Have a question about this project? Sign up for a free GitHub account to open an issue and contact its maintainers and the community.

By clicking “Sign up for GitHub”, you agree to our terms of service and privacy statement. We’ll occasionally send you account related emails.

Already on GitHub? Sign in to your account

Monerod crashes when synchronizing on Windows. #9569

Closed
Folindril opened this issue Nov 13, 2024 · 11 comments
Closed

Monerod crashes when synchronizing on Windows. #9569

Folindril opened this issue Nov 13, 2024 · 11 comments

Comments

@Folindril
Copy link

Folindril commented Nov 13, 2024

When synchronizing the blockchain from 0, most of it is synchronized without problems. Towards the end, monerod starts to crash at random times without any errors. There were cases when the crash occurred in the middle of drawing a log line on the screen. There are also crashes with irreversible damage to the blockchain files. Work in a synchronized state is stable, the bug clearly occurs only when lagging behind the network. This bug occurs either on certain hardware or on a certain OS.This bug is present on all versions 0.18. Did not check earlier versions due to incompatibility of blockchain files.

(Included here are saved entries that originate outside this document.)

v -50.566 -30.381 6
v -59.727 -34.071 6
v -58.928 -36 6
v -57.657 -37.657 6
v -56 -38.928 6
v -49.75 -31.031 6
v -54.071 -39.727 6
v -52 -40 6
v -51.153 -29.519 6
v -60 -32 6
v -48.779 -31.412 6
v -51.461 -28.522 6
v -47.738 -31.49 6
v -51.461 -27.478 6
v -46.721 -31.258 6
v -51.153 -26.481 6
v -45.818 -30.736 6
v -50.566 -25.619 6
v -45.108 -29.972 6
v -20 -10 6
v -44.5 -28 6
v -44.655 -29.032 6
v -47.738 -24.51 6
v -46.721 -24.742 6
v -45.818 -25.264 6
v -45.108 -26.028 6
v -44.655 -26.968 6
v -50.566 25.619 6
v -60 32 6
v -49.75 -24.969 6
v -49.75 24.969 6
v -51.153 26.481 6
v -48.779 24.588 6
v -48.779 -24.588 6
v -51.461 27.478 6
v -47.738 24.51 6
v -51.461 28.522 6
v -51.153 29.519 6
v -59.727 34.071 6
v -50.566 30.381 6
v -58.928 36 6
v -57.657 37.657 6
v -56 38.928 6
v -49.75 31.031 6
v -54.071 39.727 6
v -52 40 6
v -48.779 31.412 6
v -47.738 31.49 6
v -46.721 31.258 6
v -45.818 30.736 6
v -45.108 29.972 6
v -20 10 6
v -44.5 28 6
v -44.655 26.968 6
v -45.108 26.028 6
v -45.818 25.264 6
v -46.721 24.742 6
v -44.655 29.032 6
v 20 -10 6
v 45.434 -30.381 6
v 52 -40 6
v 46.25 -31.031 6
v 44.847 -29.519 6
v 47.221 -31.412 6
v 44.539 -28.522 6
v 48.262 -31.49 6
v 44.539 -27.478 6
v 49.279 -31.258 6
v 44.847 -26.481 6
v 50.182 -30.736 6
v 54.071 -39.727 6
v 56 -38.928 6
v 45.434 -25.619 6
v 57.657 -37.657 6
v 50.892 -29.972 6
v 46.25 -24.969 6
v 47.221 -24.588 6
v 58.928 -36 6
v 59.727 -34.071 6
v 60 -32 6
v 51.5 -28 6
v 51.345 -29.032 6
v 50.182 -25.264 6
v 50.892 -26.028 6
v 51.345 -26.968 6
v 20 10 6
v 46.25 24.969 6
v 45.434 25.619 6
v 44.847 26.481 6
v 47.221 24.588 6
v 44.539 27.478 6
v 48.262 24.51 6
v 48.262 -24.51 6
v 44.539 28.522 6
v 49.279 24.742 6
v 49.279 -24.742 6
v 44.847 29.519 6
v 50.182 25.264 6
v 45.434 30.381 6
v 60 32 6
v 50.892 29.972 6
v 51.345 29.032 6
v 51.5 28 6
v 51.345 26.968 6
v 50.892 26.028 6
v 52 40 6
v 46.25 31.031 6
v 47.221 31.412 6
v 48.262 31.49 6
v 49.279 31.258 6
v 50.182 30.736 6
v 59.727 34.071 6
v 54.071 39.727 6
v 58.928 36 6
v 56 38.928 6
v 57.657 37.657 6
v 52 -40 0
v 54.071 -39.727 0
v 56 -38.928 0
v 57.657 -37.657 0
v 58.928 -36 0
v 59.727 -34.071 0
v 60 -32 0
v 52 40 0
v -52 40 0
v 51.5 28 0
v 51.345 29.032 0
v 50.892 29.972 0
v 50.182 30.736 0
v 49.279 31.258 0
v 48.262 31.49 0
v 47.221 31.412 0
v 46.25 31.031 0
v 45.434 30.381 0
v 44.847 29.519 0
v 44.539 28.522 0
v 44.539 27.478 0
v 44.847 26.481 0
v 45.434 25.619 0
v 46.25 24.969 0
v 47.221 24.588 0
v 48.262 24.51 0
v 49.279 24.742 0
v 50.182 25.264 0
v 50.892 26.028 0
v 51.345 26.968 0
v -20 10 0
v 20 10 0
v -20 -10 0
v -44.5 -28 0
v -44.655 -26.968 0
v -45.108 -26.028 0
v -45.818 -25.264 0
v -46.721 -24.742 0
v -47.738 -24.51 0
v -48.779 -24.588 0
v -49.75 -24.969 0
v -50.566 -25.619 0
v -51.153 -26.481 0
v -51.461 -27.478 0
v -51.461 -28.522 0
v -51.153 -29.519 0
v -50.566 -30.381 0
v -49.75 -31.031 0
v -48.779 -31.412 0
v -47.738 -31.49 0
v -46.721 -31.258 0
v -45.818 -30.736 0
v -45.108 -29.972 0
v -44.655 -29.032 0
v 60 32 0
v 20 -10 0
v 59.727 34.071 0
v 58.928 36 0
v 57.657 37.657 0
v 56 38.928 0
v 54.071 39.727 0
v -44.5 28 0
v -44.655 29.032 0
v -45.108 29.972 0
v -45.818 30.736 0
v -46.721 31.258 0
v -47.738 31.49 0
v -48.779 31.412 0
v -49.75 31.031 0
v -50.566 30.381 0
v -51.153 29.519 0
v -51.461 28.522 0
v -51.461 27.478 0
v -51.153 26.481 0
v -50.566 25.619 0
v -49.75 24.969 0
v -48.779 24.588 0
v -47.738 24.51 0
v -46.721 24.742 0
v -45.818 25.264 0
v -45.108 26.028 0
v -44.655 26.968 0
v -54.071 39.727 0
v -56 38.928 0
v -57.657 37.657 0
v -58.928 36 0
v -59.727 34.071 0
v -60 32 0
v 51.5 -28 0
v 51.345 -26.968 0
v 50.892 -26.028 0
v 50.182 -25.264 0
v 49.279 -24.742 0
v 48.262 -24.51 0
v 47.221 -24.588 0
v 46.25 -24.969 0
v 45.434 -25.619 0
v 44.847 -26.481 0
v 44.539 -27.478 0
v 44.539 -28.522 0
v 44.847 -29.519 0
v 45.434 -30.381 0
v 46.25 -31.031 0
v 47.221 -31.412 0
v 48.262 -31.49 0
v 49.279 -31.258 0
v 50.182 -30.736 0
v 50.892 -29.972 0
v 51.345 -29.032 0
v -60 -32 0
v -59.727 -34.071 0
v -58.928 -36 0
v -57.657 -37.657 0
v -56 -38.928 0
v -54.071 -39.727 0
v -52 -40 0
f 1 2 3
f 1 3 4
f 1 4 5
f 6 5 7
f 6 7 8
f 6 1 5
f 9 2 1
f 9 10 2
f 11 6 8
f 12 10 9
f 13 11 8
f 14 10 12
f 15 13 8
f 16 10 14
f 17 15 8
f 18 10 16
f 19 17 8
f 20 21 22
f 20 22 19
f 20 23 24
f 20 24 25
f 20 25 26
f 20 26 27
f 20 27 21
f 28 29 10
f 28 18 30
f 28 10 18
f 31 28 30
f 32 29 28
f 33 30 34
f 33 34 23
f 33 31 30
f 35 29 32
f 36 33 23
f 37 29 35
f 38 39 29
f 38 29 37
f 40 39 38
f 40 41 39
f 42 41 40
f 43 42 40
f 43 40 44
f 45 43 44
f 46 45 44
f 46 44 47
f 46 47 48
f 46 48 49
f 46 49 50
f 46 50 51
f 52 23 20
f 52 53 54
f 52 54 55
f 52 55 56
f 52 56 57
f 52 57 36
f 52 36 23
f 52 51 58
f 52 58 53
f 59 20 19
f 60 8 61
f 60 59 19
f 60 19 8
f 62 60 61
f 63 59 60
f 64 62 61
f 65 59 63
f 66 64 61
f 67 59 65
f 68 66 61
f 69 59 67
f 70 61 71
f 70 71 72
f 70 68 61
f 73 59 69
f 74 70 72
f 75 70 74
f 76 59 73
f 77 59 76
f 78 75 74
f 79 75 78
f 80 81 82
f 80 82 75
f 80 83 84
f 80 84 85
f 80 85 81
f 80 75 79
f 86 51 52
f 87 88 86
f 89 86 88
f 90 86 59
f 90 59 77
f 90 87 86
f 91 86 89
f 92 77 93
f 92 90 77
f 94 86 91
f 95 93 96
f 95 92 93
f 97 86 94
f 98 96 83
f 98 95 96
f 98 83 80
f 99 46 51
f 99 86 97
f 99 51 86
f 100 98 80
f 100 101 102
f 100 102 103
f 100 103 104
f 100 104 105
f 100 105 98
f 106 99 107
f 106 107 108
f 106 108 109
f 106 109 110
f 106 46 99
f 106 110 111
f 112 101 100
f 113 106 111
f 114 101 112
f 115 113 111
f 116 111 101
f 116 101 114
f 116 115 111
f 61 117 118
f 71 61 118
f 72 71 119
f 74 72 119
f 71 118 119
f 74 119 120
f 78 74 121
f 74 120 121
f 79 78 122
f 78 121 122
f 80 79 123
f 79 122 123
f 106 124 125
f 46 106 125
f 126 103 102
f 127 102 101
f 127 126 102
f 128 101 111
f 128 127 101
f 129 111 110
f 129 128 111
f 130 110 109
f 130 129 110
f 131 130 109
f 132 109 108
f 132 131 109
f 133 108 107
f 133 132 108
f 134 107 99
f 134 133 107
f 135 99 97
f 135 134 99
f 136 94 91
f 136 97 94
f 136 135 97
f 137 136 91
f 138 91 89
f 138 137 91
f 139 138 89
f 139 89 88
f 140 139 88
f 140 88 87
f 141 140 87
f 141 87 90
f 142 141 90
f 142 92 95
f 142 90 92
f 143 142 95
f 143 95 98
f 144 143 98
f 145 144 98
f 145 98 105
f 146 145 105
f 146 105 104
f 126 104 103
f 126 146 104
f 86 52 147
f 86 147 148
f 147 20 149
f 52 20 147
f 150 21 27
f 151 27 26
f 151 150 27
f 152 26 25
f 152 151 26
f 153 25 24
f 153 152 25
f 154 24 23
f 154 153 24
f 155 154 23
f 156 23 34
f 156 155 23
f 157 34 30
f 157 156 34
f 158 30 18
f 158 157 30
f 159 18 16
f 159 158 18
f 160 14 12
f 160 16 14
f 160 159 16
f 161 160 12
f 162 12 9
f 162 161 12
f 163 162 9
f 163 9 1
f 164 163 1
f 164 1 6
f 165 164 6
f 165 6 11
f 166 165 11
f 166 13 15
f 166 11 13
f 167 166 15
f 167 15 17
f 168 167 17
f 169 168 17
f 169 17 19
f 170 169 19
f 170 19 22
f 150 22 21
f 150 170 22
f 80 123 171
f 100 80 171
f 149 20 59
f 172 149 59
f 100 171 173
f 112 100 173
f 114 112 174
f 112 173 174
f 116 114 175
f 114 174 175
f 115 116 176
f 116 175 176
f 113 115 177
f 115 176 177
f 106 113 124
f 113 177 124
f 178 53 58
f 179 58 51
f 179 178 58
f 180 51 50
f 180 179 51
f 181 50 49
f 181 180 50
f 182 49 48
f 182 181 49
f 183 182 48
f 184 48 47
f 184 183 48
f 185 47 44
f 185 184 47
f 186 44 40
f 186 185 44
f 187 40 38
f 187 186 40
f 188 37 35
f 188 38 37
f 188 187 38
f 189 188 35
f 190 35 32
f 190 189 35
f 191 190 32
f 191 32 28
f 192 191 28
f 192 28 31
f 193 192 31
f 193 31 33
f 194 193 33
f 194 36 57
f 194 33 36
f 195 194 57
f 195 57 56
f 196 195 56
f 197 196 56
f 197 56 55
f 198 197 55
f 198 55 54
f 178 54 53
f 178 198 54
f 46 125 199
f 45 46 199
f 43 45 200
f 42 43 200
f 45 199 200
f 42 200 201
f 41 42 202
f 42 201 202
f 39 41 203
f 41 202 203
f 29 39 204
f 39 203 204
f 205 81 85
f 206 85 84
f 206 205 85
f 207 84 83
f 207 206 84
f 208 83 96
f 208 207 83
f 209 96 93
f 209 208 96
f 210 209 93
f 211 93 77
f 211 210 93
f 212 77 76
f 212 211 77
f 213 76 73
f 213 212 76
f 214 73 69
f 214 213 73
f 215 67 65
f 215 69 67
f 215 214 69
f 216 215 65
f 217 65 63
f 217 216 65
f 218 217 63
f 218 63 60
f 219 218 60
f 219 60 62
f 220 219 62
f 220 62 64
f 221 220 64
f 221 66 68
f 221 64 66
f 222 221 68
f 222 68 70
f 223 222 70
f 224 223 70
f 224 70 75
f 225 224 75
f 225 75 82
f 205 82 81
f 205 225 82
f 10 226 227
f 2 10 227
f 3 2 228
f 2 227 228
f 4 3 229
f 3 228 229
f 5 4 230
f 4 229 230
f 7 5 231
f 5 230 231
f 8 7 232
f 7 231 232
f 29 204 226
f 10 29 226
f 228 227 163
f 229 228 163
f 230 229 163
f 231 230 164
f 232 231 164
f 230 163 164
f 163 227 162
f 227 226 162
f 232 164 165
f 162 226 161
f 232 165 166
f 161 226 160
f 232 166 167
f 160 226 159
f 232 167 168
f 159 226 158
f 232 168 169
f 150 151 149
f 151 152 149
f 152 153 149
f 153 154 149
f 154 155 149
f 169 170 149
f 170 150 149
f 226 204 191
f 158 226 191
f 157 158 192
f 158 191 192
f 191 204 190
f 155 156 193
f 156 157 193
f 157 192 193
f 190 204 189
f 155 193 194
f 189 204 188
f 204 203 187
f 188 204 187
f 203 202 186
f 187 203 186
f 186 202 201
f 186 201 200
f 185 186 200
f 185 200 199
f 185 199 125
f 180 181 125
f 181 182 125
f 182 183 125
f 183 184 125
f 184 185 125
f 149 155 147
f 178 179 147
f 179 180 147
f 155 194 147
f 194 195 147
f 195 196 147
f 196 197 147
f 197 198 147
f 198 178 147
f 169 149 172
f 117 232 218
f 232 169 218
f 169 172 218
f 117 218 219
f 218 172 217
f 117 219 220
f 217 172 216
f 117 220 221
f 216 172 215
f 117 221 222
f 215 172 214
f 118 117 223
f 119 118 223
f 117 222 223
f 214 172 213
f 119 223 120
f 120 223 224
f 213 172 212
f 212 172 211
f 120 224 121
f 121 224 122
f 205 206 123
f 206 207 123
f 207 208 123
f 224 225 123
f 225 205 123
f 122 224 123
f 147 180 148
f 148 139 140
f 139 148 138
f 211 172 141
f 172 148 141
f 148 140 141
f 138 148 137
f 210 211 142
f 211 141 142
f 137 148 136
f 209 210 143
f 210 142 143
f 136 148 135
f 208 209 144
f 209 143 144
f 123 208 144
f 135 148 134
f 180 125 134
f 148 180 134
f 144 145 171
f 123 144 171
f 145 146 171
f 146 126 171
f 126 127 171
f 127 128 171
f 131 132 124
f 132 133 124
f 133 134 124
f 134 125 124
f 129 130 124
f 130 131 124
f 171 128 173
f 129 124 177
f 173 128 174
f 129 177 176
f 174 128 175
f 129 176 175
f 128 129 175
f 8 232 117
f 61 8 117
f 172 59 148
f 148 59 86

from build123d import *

# Parameters (mm, degrees)
EXTRUDE_1_DEPTH     = 6
SKETCH_2_R          = 3.5
CUT_EXTRUDE_1_DEPTH = 73.360210061
SKETCH_3_W          = 40
SKETCH_3_H          = 20
CUT_EXTRUDE_2_DEPTH = 121


with BuildPart() as part:
    # 草图1 → 凸台-拉伸1 (new body)
    with BuildSketch(Plane.XY):
        with BuildLine():
            Line((-52, -40), (52, -40))
            ThreePointArc((52, -40), (57.656854249, -37.656854249), (60, -32))
            Line((60, -32), (60, 32))
            ThreePointArc((60, 32), (57.656854249, 37.656854249), (52, 40))
            Line((52, 40), (-52, 40))
            ThreePointArc((-52, 40), (-57.656854249, 37.656854249), (-60, 32))
            Line((-60, 32), (-60, -32))
            ThreePointArc((-60, -32), (-57.656854249, -37.656854249), (-52, -40))
        make_face()
    extrude(amount=EXTRUDE_1_DEPTH)

    # 草图2 → 切除-拉伸1 (cut, through all)
    with BuildSketch(Plane.XY):
        with Locations((-48, -28)):
            Circle(SKETCH_2_R)
        with Locations((-48, 28)):
            Circle(SKETCH_2_R)
        with Locations((48, -28)):
            Circle(SKETCH_2_R)
        with Locations((48, 28)):
            Circle(SKETCH_2_R)
    extrude(amount=CUT_EXTRUDE_1_DEPTH, mode=Mode.SUBTRACT)

    # 草图3 → 切除-拉伸2 (cut, symmetric)
    with BuildSketch(Plane.XY):
        Rectangle(SKETCH_3_W, SKETCH_3_H)
    extrude(amount=CUT_EXTRUDE_2_DEPTH, both=True, mode=Mode.SUBTRACT)


solid = part.part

Version: 0.18.3.4 Windows 64-bit
OS: Windows 11
Processor: Intel Core i5-7600K 3.80GHz
RAM: 16Gb

@selsta
Copy link
Collaborator

selsta commented Nov 16, 2024

Do you have any stability issues on your system? Or do you have a different computer where you can test syncing to see if it crashes? There is no known crash bugs in v0.18 that match what you are describing, at least we didn't get other reports about this on Windows.

@Folindril
Copy link
Author

Folindril commented Nov 16, 2024

Do you have any stability issues on your system? Or do you have a different computer where you can test syncing to see if it crashes? There is no known crash bugs in v0.18 that match what you are describing, at least we didn't get other reports about this on Windows.

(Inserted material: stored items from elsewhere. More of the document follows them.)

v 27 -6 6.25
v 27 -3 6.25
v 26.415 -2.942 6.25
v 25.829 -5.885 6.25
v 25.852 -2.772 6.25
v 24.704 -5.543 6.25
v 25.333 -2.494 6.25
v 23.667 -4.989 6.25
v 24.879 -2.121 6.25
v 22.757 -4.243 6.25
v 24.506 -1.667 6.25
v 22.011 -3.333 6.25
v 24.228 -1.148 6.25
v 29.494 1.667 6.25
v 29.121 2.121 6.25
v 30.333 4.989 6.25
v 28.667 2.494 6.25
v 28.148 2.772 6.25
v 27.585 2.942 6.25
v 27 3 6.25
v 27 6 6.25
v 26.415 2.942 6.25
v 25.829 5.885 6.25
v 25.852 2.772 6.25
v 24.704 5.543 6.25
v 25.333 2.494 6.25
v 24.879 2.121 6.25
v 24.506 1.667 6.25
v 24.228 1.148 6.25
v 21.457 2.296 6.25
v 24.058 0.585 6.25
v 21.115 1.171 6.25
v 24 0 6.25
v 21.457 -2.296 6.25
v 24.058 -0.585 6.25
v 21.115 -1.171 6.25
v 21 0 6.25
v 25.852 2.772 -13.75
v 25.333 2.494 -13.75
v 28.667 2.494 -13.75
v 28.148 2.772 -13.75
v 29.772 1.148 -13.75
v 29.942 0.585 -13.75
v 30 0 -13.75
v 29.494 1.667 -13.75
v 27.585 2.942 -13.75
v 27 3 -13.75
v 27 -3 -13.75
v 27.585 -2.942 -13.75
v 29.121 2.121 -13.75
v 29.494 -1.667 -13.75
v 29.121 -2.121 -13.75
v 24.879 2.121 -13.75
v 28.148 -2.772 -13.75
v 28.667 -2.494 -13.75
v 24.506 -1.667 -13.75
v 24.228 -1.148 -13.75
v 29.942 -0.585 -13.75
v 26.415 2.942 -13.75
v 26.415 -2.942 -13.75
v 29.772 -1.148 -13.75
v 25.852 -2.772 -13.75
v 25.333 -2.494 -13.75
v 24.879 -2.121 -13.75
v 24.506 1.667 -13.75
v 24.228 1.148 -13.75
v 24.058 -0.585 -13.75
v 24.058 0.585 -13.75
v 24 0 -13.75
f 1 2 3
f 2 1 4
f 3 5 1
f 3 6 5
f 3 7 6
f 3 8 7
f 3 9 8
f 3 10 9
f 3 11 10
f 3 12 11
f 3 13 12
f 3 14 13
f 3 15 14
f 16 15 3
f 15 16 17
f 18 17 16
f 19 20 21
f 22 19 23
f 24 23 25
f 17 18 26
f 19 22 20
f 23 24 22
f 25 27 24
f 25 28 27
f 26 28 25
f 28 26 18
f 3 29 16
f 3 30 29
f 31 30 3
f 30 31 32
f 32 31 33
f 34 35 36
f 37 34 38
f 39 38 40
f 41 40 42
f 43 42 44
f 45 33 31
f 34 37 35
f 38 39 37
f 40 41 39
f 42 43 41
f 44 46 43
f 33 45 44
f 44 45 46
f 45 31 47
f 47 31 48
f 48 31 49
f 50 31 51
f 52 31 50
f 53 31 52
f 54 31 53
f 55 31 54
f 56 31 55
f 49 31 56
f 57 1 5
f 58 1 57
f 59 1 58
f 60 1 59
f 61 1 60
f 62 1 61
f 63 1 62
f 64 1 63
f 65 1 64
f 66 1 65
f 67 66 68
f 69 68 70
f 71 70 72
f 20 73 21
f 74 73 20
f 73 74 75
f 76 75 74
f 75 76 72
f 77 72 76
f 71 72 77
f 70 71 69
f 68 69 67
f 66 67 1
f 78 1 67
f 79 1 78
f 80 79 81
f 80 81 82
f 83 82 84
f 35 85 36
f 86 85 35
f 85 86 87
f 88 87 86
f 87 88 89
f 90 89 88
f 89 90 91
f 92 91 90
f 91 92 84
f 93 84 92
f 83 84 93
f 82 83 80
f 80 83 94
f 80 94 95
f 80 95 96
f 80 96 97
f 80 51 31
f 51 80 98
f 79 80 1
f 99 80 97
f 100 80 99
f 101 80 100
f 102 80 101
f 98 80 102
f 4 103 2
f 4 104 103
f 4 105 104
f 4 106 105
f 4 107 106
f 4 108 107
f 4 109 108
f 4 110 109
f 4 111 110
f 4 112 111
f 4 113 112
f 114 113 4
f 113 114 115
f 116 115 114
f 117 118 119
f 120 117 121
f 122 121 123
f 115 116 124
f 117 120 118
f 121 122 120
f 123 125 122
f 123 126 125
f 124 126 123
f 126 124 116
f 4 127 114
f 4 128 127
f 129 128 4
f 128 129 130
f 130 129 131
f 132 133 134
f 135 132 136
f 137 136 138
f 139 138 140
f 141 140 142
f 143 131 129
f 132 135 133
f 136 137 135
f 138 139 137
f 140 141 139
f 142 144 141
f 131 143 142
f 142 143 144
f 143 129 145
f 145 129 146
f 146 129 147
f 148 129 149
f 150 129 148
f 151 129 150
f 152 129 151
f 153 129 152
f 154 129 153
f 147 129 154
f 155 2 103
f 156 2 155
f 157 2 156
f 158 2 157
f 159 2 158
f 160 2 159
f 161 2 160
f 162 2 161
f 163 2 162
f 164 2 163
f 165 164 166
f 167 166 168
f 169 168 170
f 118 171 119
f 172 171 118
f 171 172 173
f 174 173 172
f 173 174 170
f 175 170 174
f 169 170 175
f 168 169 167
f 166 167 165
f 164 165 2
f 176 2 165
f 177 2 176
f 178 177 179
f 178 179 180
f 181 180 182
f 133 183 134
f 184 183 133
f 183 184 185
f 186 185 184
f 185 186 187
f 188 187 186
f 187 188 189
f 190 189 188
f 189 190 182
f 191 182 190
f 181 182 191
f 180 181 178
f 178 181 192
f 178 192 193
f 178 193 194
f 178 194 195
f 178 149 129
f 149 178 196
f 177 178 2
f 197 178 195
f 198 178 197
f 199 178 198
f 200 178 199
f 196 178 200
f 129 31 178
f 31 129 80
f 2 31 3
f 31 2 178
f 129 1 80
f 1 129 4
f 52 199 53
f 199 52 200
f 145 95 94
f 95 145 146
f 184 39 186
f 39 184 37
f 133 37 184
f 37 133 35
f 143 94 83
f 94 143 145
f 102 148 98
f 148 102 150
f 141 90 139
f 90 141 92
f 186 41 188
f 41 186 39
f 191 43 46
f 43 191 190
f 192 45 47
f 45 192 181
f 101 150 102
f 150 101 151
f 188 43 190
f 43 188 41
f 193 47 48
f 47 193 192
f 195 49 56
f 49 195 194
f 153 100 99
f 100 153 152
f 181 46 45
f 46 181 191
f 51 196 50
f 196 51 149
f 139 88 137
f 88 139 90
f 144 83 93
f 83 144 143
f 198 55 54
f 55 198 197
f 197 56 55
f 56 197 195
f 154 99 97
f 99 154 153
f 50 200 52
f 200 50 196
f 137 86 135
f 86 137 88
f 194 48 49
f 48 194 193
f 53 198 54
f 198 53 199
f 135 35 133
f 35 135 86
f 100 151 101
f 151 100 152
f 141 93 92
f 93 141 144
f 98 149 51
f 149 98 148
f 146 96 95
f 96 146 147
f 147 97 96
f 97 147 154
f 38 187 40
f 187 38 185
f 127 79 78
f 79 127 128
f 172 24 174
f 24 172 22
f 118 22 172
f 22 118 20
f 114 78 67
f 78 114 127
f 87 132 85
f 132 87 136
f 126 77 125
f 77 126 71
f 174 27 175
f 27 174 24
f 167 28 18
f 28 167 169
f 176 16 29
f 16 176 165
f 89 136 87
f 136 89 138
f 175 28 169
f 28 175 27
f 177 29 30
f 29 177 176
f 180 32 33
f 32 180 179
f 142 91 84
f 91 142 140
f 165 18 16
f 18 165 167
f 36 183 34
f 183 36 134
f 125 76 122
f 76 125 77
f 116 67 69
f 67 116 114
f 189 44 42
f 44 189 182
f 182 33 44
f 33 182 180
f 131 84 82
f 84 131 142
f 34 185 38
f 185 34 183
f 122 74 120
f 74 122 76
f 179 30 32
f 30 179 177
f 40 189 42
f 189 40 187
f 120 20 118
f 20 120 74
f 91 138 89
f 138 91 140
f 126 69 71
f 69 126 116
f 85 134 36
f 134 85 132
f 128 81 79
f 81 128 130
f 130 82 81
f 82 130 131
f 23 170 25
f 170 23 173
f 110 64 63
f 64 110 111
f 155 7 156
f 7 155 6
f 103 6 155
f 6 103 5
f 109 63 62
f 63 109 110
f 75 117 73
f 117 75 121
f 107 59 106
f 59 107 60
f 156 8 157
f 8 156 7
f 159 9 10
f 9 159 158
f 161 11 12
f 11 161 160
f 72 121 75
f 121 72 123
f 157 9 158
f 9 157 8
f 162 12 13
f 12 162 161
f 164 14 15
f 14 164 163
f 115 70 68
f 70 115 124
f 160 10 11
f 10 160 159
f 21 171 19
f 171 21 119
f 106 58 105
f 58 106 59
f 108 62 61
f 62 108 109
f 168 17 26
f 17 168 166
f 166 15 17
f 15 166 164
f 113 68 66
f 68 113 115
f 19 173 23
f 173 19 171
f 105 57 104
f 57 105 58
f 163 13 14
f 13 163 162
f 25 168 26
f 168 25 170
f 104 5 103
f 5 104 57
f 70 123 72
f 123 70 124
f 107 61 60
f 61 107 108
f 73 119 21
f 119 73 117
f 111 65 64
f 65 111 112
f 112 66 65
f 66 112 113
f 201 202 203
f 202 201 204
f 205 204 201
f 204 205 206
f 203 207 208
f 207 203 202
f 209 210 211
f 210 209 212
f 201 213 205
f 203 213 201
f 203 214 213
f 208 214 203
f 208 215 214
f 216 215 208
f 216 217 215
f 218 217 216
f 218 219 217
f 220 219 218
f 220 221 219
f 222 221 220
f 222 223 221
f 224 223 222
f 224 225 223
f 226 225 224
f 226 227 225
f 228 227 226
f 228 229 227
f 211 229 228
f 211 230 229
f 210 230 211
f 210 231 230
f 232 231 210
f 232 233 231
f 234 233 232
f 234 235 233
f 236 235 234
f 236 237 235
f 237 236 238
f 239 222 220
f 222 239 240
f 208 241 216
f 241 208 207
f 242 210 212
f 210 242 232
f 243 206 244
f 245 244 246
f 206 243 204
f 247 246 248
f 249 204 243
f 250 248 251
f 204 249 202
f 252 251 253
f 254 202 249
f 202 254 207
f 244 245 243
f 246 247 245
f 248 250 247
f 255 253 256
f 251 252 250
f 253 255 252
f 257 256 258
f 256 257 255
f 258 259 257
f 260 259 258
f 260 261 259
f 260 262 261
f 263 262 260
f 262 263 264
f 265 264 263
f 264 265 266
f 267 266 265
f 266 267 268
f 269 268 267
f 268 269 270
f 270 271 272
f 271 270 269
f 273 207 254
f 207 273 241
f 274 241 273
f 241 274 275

No, there are no problems with other applications (mostly games). Monero mining also works stably with a synchronized node.
I have a laptop on Windows 10 in the same network, where synchronization occurs without crashes. No additional parameters in the command line helped me either. Therefore, I decided that this is a bug and it is tied to a certain architecture.

@Folindril
Copy link
Author

Folindril commented Nov 16, 2024

Now I have run new synchronization again with log detalisation level 1 to detect on which block the first crash will occur. It will take a few days because crashes start towards the end.

@selsta
Copy link
Collaborator

selsta commented Nov 16, 2024

The problem is sometimes the last log message is not related to the crash, a stack trace would ideally be needed but that's a bit more complicated on Windows.

@Folindril
Copy link
Author

Folindril commented Nov 17, 2024

Now I have run new synchronization again with log detalisation level 1 to detect on which block the first crash will occur. It will take a few days because crashes start towards the end.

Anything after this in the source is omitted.